A remarkable new discovery solves an ancient mystery that Charles Darwin couldn't on a very unusual species indeed.
It’s been called the strangest animal ever, and it stumped Charles Darwin for years. Now, scientists say that they’ve finally cracked the riddle of where this bizarre beast belongs on the tree of life.
It’s called Macrauchenia patachonica, and it lived about 12,000 years ago during the last ice age. It looked a bit like a camel without a hump, as well as a short trunk for a nose. It was an herbivore that lived in what is now Patagonia in South America.
Darwin found the first fossil of this strange creature back in 1834, and gave them to Richard Owen, a British paleontologist, to investigate further. However, they weren’t able to figure out what kind of mammal lineage it had based on its features.
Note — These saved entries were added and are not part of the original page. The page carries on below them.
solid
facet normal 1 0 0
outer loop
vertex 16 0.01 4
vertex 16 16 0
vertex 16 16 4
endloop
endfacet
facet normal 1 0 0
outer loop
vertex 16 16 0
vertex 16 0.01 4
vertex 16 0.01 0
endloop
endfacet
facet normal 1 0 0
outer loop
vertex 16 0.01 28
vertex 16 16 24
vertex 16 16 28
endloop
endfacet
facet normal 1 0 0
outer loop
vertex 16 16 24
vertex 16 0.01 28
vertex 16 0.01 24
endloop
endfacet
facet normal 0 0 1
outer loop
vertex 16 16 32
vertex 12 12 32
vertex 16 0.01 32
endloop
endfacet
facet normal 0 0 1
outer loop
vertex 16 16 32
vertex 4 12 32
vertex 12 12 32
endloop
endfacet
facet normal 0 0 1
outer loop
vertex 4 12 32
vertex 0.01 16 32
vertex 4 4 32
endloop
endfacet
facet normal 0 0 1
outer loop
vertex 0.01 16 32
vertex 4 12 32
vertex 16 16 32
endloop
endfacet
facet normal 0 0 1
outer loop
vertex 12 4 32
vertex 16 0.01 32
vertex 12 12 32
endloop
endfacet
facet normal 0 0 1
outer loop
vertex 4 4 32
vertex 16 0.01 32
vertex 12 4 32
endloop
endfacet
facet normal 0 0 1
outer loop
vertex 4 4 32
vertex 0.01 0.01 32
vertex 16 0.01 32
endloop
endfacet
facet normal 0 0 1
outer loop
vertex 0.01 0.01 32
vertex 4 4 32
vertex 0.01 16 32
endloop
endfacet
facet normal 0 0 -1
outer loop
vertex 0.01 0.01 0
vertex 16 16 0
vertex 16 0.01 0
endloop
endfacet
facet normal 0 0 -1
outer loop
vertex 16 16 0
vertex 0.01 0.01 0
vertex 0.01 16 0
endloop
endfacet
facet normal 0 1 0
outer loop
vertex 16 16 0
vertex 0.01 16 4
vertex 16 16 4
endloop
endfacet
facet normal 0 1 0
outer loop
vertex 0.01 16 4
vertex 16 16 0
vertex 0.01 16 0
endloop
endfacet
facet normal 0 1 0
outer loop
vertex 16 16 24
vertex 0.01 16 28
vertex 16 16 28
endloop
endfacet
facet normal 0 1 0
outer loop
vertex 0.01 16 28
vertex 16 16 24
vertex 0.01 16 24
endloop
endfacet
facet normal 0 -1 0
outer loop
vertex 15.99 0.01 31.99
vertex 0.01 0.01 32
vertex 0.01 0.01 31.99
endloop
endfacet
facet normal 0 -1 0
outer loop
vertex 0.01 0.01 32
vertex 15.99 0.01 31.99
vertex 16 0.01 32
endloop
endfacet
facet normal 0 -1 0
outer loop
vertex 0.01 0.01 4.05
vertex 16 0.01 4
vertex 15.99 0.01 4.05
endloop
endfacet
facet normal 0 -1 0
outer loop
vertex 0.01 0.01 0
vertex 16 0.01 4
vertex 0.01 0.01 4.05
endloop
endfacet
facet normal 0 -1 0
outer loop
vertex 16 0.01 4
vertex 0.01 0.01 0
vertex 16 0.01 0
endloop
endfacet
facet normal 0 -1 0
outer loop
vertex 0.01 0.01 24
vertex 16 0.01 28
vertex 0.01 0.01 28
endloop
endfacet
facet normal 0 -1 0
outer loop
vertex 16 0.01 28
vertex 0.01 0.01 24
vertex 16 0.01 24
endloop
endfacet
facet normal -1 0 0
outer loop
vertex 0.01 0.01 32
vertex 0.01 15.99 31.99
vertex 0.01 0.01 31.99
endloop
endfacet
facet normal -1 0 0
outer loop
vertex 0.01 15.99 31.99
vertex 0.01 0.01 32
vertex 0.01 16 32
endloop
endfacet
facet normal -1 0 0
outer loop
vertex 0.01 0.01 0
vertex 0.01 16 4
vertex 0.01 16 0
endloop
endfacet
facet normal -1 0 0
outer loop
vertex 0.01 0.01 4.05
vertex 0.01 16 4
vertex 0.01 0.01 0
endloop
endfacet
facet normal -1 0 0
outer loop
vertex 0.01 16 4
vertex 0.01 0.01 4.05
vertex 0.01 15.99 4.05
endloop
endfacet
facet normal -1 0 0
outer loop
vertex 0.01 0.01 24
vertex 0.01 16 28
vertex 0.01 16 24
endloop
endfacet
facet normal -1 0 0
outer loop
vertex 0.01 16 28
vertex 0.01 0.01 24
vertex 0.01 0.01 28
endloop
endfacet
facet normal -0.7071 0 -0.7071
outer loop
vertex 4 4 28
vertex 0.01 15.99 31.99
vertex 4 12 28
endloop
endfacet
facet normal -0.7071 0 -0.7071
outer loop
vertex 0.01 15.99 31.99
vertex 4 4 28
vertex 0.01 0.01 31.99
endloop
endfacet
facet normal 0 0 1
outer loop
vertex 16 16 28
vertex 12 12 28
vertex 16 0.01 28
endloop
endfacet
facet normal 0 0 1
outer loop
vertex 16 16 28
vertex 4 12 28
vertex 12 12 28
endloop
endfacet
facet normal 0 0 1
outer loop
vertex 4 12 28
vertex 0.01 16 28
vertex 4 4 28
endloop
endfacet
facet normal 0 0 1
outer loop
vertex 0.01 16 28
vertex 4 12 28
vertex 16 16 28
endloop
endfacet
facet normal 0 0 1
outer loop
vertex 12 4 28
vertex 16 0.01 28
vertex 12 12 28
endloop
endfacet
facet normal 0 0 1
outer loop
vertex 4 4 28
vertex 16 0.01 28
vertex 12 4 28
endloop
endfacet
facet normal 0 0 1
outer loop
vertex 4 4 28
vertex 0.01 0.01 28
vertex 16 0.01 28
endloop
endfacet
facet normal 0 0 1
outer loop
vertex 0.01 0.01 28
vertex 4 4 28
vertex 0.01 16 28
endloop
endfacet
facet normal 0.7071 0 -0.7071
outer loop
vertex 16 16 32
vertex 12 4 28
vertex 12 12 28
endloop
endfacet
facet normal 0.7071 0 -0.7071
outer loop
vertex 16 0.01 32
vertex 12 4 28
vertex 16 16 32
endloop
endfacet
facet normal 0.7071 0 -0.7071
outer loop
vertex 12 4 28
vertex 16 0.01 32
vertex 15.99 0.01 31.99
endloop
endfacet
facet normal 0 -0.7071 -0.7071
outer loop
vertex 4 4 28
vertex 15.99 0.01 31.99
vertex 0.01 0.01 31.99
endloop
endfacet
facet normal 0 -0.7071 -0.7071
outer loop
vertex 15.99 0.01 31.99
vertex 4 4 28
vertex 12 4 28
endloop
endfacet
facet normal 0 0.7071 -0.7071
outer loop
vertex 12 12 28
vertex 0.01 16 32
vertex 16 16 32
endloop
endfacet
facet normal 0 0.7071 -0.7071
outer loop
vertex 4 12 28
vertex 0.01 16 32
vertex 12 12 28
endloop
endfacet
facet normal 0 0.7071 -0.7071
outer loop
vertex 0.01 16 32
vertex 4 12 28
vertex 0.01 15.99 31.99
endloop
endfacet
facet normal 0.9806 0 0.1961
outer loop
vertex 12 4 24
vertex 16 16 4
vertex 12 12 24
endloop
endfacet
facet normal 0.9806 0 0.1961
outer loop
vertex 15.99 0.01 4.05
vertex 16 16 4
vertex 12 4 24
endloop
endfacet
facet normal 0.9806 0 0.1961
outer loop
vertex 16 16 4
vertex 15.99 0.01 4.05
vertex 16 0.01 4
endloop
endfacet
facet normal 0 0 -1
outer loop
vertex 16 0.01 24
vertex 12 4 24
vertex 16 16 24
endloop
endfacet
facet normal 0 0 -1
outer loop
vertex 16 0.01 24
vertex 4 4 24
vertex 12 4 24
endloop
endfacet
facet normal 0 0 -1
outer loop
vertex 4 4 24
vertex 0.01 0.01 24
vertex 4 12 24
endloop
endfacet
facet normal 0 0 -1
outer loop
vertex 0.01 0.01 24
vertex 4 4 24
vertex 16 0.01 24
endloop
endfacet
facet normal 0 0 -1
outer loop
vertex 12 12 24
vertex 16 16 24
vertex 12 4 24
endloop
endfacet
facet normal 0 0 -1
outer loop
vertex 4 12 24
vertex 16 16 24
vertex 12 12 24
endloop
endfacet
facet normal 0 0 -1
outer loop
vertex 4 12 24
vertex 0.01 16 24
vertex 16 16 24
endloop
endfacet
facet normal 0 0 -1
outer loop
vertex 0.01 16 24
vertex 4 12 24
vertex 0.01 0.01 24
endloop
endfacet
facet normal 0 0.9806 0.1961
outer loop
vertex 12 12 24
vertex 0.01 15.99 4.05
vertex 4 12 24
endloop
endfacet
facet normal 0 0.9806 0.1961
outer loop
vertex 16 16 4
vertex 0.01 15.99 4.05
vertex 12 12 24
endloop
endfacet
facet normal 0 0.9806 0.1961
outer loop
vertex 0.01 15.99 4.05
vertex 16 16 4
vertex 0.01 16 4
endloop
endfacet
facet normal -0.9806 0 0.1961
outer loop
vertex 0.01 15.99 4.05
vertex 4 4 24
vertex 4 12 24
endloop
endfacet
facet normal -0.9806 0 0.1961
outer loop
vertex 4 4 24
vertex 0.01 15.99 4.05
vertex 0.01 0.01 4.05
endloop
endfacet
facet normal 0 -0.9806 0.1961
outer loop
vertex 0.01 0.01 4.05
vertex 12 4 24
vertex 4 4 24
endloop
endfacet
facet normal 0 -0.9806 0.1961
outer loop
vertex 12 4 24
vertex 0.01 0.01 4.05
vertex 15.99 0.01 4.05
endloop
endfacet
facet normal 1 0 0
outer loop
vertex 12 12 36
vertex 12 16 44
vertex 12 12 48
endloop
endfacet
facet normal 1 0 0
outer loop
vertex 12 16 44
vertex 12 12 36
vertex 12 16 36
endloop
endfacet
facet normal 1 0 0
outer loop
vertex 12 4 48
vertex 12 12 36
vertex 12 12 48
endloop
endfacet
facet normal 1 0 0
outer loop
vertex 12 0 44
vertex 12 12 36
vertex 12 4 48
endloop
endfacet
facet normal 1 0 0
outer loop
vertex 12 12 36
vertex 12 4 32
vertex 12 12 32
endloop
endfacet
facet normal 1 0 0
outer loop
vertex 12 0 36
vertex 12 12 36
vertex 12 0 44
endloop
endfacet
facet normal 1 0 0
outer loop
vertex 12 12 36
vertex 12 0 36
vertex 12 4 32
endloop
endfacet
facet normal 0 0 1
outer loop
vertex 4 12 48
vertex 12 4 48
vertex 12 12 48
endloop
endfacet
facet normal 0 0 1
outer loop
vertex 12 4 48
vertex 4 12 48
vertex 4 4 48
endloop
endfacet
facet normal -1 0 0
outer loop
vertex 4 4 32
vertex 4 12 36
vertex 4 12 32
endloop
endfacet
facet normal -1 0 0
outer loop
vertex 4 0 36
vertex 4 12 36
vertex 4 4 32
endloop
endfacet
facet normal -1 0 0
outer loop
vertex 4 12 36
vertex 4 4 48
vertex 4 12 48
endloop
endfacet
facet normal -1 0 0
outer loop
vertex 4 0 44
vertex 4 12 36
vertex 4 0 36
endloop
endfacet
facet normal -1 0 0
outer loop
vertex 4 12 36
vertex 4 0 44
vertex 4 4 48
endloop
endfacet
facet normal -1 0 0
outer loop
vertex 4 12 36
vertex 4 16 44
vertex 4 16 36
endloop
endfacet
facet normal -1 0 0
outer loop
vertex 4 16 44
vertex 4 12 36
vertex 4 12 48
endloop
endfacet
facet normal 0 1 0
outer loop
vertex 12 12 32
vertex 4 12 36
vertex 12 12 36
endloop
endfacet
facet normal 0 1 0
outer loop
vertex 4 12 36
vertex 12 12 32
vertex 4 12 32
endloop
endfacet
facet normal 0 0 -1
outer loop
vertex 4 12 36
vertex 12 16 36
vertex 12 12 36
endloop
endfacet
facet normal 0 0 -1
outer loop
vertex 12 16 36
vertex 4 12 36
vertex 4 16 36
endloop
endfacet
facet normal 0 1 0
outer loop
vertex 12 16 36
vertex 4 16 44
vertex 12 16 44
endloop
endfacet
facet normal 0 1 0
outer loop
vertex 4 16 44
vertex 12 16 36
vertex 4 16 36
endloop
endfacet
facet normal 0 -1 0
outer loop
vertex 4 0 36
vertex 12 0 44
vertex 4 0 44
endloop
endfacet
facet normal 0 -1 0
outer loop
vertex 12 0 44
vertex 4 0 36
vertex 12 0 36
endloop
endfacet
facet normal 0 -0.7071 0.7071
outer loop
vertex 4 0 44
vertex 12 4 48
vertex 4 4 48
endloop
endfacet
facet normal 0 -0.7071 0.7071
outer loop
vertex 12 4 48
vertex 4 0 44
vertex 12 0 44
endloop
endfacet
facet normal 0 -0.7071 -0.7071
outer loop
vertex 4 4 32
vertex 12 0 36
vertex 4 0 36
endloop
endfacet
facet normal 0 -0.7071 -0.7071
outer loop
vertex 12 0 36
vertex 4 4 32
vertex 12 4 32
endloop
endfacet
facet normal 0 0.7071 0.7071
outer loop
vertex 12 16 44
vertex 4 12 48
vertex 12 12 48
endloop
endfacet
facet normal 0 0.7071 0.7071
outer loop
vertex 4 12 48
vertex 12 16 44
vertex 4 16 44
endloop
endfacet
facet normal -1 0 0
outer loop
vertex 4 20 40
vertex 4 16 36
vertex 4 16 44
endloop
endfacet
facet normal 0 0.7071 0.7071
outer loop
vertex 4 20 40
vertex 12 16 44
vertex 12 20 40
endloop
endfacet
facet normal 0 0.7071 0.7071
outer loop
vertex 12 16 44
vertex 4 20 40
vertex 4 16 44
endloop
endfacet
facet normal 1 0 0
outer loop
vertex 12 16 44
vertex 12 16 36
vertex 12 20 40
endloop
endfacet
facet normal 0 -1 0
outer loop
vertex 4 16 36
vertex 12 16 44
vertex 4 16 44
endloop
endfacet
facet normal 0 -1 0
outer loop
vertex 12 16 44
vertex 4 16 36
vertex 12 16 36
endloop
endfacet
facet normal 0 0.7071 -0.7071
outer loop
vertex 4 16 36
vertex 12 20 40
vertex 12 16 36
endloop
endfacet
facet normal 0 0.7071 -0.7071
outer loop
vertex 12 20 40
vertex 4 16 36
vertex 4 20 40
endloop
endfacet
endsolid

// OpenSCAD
translate([4,4,32])
cube([8,8,16]);
translate([4,0,36])
cube([8,16,8]);




translate([4,4,44])
	rotate([90,270,90])
	linear_extrude(height =8, center = false, convexity = 10, twist = 0)
	polygon([[0,0],[4,0],[0,4]],[[0,1,2]]);

translate([4,4,36])
	rotate([90,180,90])
	linear_extrude(height =8, center = false, convexity = 10, twist = 0)
	polygon([[0,0],[4,0],[0,4]],[[0,1,2]]);

translate([4,12,44  ])
	rotate([90,0,90])
	linear_extrude(height =8, center = false, convexity = 10, twist = 0)
	polygon([[0,0],[4,0],[0,4]],[[0,1,2]]);

translate([4,20,40  ])
	rotate([90,225,90])
	linear_extrude(height =8, center = false, convexity = 10, twist = 0)
	polygon([[0,0],[sqrt(32),0],[0,sqrt(32)]],[[0,1,2]]);

difference () {
cube([16,16,32]);

//clean up
translate([0,0,0])
	cube([16,.01, 32]);
translate([0,16,0])
	cube([16,.01, 32]);
translate([0,0,0])
	cube([.01,16, 32]);
translate([16,0,0])
	cube([.01,16, 32]);

//Creation of the top cut
translate([0,16,28])
	rotate([90,0,0])
	linear_extrude(height =16, center = false, convexity = 10, twist = 0)
	polygon([[0,0],[4,0],[0,4]],[[0,1,2]]);
translate([16,0,28])
	rotate([90,0,180])
	linear_extrude(height =16, center = false, convexity = 10, twist = 0)
	polygon([[0,0],[4,0],[0,4]],[[0,1,2]]);
translate([0,0,28])
	rotate([90,0,90])
	linear_extrude(height =16, center = false, convexity = 10, twist = 0)
	polygon([[0,0],[4,0],[0,4]],[[0,1,2]]);
translate([16,16,28])
	rotate([90,0,270])
	linear_extrude(height =16, center = false, convexity = 10, twist = 0)
	polygon([[0,0],[4,0],[0,4]],[[0,1,2]]);


//Creation of the bottom Cut
translate([16,16,24])
	rotate([90,180,0])
	linear_extrude(height =16, center = false, convexity = 10, twist = 0)
	polygon([[0,20],[0,0],[4,0]],[[0,1,2]]);
translate([0,16,24])
	rotate([90,180,90])
	linear_extrude(height =16, center = false, convexity = 10, twist = 0)
	polygon([[0,20],[0,0],[4,0]],[[0,1,2]]);
translate([0,0,24])
	rotate([90,180,180])
	linear_extrude(height =16, center = false, convexity = 10, twist = 0)
	polygon([[0,20],[0,0],[4,0]],[[0,1,2]]);
translate([16,0,24])
	rotate([90,180,270])
	linear_extrude(height =16, center = false, convexity = 10, twist = 0)
	polygon([[0,20],[0,0],[4,0]],[[0,1,2]]);	
}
But authorities now think that Macrauchenia belongs to the group Perissodactyla, which includes horses, rhinos, and tapirs. The study was published in the journal Nature.
“Fitting South American ungulates to the mammalian family tree has always been a major challenge for paleontologists, because anatomically they were these weird mosaics, exhibiting features found in a huge variety of quite unrelated species living all over the place,” said Ross MacPhee, one of the paper’s authors and a curator in the American Museum of Natural History’s Department of Mammalogy, in a 2015 statement from the American Museum of Natural History. “This is what puzzled Darwin and his collaborator Richard Owen so much in the early 19th century. With all of these conflicting signals, they couldn’t say whether these ungulates were related to giant rodents, or elephants, or camels–or what have you.”